Donations are not required but always appreciated. A door prize can be anything for a kid big enough to walk to 15 years old. Some of the prizes that the kids really liked were ThermaCells-rod and reel combo's-any flashlight-footballs=basketballs=soccer balls=live catch traps=anything to do with hunting and fishing or sports. I already have the bigger prizes,but anyone wanting to donate bigger prizes PM me and we'll talk or call Larry at 912-237-3910. Thank's!!!!


----------



## jmtaylor189 (Jan 18, 2015)

I figured something along those lines.


----------



## crackerdave (Jan 20, 2015)

Might be a feller from Florida bringing his kids to the hunt!


----------



## Thereelmccoy (Jan 20, 2015)

We are planning our weekend for the 31st. My 12 year old is Very excited and I'm excited for us to have the opportunity to be involved. I would like to extend my thanks to Crackerdave for reaching out with a Info .


----------



## crackerdave (Jan 20, 2015)

Thereelmccoy said:


> We are planning our weekend for the 31st. My 12 year old is Very excited and I'm excited for us to have the opportunity to be involved. I would like to extend my thanks to Crackerdave for reaching out with a Info .



I'm sure glad yall are coming! Larry and friends put on a great hunt,and I know you'll be shown a real good time.There are motels in the surrounding towns,or primitive camping at the WMA.If the weather looks good,I will camp in my truck.If it's gonna be cold,a motel would be nice.
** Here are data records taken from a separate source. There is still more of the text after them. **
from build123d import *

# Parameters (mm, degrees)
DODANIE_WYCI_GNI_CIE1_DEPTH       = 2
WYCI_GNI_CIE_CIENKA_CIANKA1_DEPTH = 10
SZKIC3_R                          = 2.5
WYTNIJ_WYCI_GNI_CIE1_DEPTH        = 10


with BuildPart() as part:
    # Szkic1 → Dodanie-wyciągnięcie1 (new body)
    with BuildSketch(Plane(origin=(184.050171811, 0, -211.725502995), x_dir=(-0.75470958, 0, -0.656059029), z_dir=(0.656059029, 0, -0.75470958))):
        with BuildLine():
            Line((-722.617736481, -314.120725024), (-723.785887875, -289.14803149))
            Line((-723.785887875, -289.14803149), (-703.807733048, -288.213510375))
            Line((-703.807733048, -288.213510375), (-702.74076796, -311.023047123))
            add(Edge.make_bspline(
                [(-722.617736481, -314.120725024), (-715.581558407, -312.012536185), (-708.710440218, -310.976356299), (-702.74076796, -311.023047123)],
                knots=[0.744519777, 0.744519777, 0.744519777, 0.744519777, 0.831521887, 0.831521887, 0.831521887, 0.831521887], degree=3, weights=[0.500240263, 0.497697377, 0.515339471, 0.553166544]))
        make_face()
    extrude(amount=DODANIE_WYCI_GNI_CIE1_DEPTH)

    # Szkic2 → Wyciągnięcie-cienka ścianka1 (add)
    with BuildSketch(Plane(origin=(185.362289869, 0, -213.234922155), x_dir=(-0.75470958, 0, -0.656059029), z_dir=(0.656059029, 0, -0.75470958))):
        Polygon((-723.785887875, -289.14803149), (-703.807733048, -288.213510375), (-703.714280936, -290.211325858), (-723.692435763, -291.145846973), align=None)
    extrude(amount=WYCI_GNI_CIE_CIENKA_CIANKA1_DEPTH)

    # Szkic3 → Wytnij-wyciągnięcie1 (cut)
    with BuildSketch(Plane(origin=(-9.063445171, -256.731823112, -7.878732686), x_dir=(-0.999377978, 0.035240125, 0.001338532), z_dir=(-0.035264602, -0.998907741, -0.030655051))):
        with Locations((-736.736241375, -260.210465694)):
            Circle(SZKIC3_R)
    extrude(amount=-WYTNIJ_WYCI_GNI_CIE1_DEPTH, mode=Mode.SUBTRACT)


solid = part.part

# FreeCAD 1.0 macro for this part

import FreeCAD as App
import Part
import Sketcher

V = App.Vector


def add_polygon(sketch, points):
    """Adds a closed chain of lines whose ends are joined by coincident constraints."""
    first, n = sketch.GeometryCount, len(points)
    for a, b in zip(points, points[1:] + points[:1]):
        sketch.addGeometry(Part.LineSegment(App.Vector(*a, 0), App.Vector(*b, 0)), False)
    for i in range(n):
        sketch.addConstraint(Sketcher.Constraint("Coincident", first + i, 2, first + (i + 1) % n, 1))

doc = App.newDocument("Part")
body = doc.addObject("PartDesign::Body", "Body")

sketch1 = body.newObject("Sketcher::SketchObject", "Sketch")
sketch1.Placement = App.Placement(V(184.050172, 0, -211.725503), App.Rotation(V(-0.75470958, 0, -0.656059029), V(0, 1, 0), V(0.656059029, 0, -0.75470958), "ZXY"))
sketch1.addGeometry([
    Part.LineSegment(V(-723.785888, -289.148031, 0), V(-722.617736, -314.120725, 0)),
    Part.BSplineCurve([V(-722.617736, -314.120725, 0), V(-715.581558, -312.012536, 0), V(-708.71044, -310.976356, 0), V(-702.740768, -311.023047, 0)], [4, 4], [0.744519777, 0.831521887], False, 3, [0.500240263, 0.497697377, 0.515339471, 0.553166544], False),
    Part.LineSegment(V(-702.740768, -311.023047, 0), V(-703.807733, -288.21351, 0)),
    Part.LineSegment(V(-703.807733, -288.21351, 0), V(-723.785888, -289.148031, 0)),
], False)
sketch1.addConstraint([
    Sketcher.Constraint("Block", 1),
    Sketcher.Constraint("Coincident", 0, 2, 1, 1),
    Sketcher.Constraint("Coincident", 1, 2, 2, 1),
    Sketcher.Constraint("Coincident", 2, 2, 3, 1),
    Sketcher.Constraint("Coincident", 3, 2, 0, 1),
    Sketcher.Constraint("Distance", 0, 25.0),
    Sketcher.Constraint("Distance", 3, 20.0),
    Sketcher.Constraint("DistanceY", 2, 2, -1, 1, 288.21351),
    Sketcher.Constraint("DistanceY", 3, 2, -1, 1, 289.148031),
])
pad1 = body.newObject("PartDesign::Pad", "Pad")
pad1.Profile = sketch1
pad1.Length = 2

sketch2 = body.newObject("Sketcher::SketchObject", "Sketch001")
sketch2.Placement = App.Placement(V(185.36229, 0, -213.234922), App.Rotation(V(-0.75470958, 0, -0.656059029), V(0, 1, 0), V(0.656059029, 0, -0.75470958), "ZXY"))
add_polygon(sketch2, [(-703.8, -288.2), (-723.8, -289.1), (-723.7, -291.1), (-703.7, -290.2)])
sketch2.addConstraint([
    Sketcher.Constraint("Perpendicular", 0, 1),
    Sketcher.Constraint("Perpendicular", 1, 2),
    Sketcher.Constraint("Perpendicular", 2, 3),
    Sketcher.Constraint("Distance", 0, 20.0),
    Sketcher.Constraint("Distance", 1, 2.0),
    Sketcher.Constraint("DistanceY", 0, 2, -1, 1, 289.148031),
    Sketcher.Constraint("DistanceX", 2, 2, -1, 1, 703.714281),
    Sketcher.Constraint("DistanceY", 3, 2, -1, 1, 288.21351),
])
pad2 = body.newObject("PartDesign::Pad", "Pad001")
pad2.Profile = sketch2
pad2.Length = 10

sketch3 = body.newObject("Sketcher::SketchObject", "Sketch002")
sketch3.Placement = App.Placement(V(-9.063445, -256.731823, -7.878733), App.Rotation(V(-0.999377977, 0.035240125, 0.001338532), V(-0.000256782, 0.030683186, -0.999529126), V(-0.035264602, -0.998907741, -0.030655051), "ZXY"))
sketch3.addGeometry(Part.Circle(V(-736.7, -260.2, 0), V(0, 0, 1), 2.5), False)
sketch3.addConstraint([
    Sketcher.Constraint("Diameter", 0, 5.0),
    Sketcher.Constraint("DistanceX", 0, 3, -1, 1, 736.736241),
    Sketcher.Constraint("DistanceY", 0, 3, -1, 1, 260.210465),
])
pocket1 = body.newObject("PartDesign::Pocket", "Pocket")
pocket1.Profile = sketch3
pocket1.Length = 10

doc.recompute()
There's a friend coming down from the mountains with his dog.I think he's planning to be at a motel in Reidsville.Maybe we can get in some hunting on Friday?


----------



## fishingdad (Jan 21, 2015)

Hey guys, I'm pretty new to the forum and to small game hunting.  Couple of questions for y'all:  Do yall do this hunt every year (and to the Gentleman that runs the West Ga. Hunt)? Just started squirrel hunting this year, and I've taken my two young daughters with me (no dogs).  They really enjoy it, but thought one of these guided youth hunts might be a good way to really reel 'em in (cause I love it!)  Unfortunately I just saw this post and can't make it this year (it's 4 hours one way for me).  And do y'all know of anyone in my area (Conyers/Covington/Loganville) that might do something like this as well?  Thanks to all of y'all who make this possible.  Nothing more rewarding than seeing a kid take to the outdoors, especially nowadays!

Thanks
Rick

Phil 4:13


----------



## crackerdave (Jan 21, 2015)

P.m. sent.


----------



## crackerdave (Jan 21, 2015)

Sure wish you could make this hunt!
There's still February,though.What county are you in?


----------



## fishingdad (Jan 22, 2015)

I live in Walton County, but Rockdale and Newton are at my backdoor.  Sent you a reply Dave.  Thanks for the response.


----------



## crackerdave (Jan 22, 2015)

Sounds like a good start on an east Georgia hunt for next year!


----------



## Gamecock (Jan 22, 2015)

Wish I could make it but too far to go and get back in time for my son's Basketball game that day. I love the idea, we need more of these in our region.


----------



## crackerdave (Jan 22, 2015)

Canton,Marietta,Acworth area you mean? I know there are a lot of GON members in that area . I would expect any public land really gets hammered that close to large populations.


----------



## Gamecock (Jan 22, 2015)

crackerdave said:


> Canton,Marietta,Acworth area you mean? I know there are a lot of GON members in that area . I would expect any public land really gets hammered that close to large populations.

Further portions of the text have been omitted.